The primary purpose of any channel of distribution is to bridge the gap between the producer of a product and the user of it, whether the parties are located in the same community or in different countries thousands of miles apart. The channel is composed of different institutions that facilitate the transaction and the physical exchange. Institutions in channels fall into three categories: (a) the producer of the product–a craftsman, manufacturer, farmer, or other extractive industry producer; (b) the user of the product–an individual, household, business buyer, institution, or government; and (c) certain middlemen at the wholesale and/or retail level. Not all channel members perform the same function.
Heskett2 suggests that a channel performs three important functions:
- Transactional functions: buying, selling, and risk assumption
- Logistical functions: assembly, storage, sorting, and transportation
- Facilitating functions: post-purchase service and maintenance, financing, information dissemination, and channel coordination or leadership
These functions are necessary for the effective flow of product and title to the customer and payment back to the producer. Certain characteristics are implied in every channel. First, although you can eliminate or substitute channel institutions, the functions that these institutions perform cannot be eliminated. Typically, if a wholesaler or a retailer is removed from the channel, the function they perform will be either shifted forward to a retailer or the consumer, or shifted backward to a wholesaler or the manufacturer. For example, a producer of custom hunting knives might decide to sell through direct mail instead of retail outlets. The producer absorbs the sorting, storage, and risk functions; the post office absorbs the transportation function; and the consumer assumes more risk in not being able to touch or try the product before purchase.
Second, all channel institutional members are part of many channel transactions at any given point in time.
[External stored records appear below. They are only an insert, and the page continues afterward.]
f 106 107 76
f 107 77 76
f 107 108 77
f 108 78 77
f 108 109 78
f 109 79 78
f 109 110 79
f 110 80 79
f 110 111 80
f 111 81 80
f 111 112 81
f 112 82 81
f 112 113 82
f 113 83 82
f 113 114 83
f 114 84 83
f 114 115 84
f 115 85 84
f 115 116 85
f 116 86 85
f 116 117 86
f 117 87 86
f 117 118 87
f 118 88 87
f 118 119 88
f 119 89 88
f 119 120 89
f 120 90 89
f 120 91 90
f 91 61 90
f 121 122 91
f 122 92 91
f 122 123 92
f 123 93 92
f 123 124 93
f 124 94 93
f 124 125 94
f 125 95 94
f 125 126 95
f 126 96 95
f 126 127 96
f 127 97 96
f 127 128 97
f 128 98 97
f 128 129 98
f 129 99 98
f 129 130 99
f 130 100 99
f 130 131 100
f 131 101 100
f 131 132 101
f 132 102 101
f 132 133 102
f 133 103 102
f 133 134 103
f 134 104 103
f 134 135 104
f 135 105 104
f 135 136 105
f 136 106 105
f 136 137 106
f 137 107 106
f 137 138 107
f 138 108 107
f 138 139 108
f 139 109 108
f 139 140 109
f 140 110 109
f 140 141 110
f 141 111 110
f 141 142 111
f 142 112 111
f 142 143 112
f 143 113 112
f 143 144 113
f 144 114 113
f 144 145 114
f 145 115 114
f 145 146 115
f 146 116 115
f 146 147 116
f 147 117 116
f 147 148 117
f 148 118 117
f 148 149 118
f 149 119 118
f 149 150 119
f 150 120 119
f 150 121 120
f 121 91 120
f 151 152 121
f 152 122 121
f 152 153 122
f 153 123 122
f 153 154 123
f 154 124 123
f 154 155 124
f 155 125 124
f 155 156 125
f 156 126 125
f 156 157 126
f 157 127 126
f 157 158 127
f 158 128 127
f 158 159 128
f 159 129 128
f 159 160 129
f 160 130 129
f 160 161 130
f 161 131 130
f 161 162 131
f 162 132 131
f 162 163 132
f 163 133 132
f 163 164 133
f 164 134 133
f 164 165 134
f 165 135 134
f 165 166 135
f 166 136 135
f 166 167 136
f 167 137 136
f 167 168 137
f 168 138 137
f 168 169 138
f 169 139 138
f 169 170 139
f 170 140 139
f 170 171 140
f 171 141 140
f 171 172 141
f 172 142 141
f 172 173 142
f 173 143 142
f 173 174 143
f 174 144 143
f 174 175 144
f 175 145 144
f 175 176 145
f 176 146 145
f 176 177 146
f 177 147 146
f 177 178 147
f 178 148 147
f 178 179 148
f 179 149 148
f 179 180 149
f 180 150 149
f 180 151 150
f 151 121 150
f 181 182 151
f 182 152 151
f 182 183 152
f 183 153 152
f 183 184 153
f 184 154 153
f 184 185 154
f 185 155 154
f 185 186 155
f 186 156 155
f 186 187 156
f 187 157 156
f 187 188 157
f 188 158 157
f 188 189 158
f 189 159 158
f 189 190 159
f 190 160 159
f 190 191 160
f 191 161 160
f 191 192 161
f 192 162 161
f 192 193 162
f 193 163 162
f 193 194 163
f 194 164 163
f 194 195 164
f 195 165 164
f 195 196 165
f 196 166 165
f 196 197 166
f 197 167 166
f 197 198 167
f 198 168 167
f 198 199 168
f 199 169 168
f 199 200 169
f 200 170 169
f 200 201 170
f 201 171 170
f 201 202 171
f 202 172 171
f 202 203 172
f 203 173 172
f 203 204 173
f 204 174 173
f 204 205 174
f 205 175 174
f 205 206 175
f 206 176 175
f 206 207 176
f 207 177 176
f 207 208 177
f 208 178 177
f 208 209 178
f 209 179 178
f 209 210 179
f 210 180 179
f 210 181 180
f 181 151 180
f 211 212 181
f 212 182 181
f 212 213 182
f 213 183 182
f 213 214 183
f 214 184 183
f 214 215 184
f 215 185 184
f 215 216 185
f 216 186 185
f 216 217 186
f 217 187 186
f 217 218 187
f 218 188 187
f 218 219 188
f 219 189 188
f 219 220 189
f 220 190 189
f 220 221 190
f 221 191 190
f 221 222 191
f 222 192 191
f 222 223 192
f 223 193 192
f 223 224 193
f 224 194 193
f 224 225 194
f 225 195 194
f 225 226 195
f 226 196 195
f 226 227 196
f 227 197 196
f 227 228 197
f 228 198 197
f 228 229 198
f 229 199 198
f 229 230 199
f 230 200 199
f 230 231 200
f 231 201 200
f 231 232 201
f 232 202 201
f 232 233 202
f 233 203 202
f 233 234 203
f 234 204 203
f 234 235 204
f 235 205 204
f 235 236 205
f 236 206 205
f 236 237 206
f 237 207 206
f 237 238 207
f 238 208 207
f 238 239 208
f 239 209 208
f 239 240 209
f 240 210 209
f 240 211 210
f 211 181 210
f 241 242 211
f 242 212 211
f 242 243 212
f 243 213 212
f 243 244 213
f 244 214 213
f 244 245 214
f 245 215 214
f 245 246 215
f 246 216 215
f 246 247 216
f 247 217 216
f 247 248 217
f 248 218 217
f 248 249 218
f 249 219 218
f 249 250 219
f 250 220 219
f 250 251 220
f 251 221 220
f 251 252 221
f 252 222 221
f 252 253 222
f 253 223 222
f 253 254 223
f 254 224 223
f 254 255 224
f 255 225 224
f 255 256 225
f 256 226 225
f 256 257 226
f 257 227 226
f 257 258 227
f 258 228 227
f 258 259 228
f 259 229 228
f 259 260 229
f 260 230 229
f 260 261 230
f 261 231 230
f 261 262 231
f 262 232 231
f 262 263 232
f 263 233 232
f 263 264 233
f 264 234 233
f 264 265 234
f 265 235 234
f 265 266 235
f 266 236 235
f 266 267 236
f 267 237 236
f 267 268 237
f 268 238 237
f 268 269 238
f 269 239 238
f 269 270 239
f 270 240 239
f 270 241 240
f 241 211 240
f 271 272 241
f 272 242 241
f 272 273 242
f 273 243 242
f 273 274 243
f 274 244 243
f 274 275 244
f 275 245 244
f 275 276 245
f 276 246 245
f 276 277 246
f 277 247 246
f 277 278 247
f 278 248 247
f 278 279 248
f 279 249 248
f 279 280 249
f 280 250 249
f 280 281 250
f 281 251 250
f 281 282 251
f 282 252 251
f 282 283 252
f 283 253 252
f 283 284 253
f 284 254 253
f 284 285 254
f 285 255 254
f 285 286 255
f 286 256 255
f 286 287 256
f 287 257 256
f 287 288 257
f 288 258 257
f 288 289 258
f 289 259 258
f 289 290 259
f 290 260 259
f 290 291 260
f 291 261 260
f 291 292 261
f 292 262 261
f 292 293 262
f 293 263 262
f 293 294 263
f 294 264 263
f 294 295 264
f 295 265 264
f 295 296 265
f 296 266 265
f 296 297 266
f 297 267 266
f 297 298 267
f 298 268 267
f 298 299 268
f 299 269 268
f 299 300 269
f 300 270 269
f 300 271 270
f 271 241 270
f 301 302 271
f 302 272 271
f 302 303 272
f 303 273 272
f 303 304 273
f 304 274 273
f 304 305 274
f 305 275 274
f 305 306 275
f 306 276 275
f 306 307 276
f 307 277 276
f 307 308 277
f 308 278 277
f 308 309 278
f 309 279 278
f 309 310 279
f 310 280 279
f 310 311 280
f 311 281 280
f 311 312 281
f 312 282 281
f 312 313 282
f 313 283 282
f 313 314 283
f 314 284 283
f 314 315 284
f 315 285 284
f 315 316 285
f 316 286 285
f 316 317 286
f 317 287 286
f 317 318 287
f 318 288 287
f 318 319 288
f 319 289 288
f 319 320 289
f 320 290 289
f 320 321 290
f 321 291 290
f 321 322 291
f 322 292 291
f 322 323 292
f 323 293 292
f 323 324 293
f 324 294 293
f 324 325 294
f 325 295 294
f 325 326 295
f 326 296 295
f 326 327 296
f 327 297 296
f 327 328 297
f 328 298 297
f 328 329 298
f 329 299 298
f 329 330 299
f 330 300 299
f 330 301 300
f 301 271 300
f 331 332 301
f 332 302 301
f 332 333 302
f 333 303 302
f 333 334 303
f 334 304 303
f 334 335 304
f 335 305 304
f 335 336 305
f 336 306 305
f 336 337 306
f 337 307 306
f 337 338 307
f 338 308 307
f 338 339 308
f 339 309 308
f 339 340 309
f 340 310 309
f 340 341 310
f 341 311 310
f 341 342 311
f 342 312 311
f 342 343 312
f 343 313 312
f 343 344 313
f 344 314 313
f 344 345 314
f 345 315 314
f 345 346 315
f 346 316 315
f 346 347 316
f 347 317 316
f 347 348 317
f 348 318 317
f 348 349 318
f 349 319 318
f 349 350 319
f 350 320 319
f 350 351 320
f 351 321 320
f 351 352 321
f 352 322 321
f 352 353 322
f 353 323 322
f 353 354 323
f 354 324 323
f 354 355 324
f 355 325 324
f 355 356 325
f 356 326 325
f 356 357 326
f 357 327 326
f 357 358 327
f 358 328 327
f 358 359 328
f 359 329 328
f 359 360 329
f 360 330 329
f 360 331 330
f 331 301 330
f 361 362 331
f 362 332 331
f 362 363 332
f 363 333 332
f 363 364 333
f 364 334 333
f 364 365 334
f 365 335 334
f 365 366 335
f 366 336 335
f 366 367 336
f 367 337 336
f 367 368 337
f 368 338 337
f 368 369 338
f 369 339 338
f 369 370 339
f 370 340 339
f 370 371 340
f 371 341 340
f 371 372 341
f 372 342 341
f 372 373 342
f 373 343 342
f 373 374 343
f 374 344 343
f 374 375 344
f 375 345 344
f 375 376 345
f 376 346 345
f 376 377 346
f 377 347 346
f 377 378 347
As a result, the complexity may be quite overwhelming. Consider for the moment how many different products you purchase in a single year, and the vast number of channel mechanisms you use.
Third, the fact that you are able to complete all these transactions to your satisfaction, as well as to the satisfaction of the other channel members, is due to the routinization benefits provided through the channel. Routinization means that the right products are most always found in places (catalogues or stores) where the consumer expects to find them, comparisons are possible, prices are marked, and methods of payment are available. Routinization aids the producer as well as the consumer, in that the producer knows what to make, when to make it, and how many units to make.
Fourth, there are instances when the best channel arrangement is direct, from the producer to the ultimate user. This is particularly true when available middlemen are incompetent, unavailable, or the producer feels he can perform the tasks better. Similarly, it may be important for the producer to maintain direct contact with customers so that quick and accurate adjustments can be made. Direct-to-user channels are common in industrial settings, as are door-to-door selling and catalogue sales. Indirect channels are more typical and result, for the most part, because producers are not able to perform the tasks provided by middlemen (See Exhibit 33).
Marketing channels of a manufacturer of electrical wire and cable. Source: Edwin H. Lewis, Marketing Electrical Apparatus and Supplies,McGraw-Hill, Inc., 1961, p. 215.
Finally, although the notion of a channel of distribution may sound unlikely for a service product, such as health care or air travel, service marketers also face the problem of delivering their product in the form, at the place and time their customer demands. Banks have responded by developing bank-by-mail, Automatic Teller Machines (ATMs), and other distribution systems. The medical community provides emergency medical vehicles, out patient clinics, 24-hour clinics, and home-care providers. As noted in Exhibit 34 even performing arts employ distribution channels. In all three cases, the industries are attempting to meet the special needs of their target markets while differentiating their product from that of their competition. A channel strategy is evident.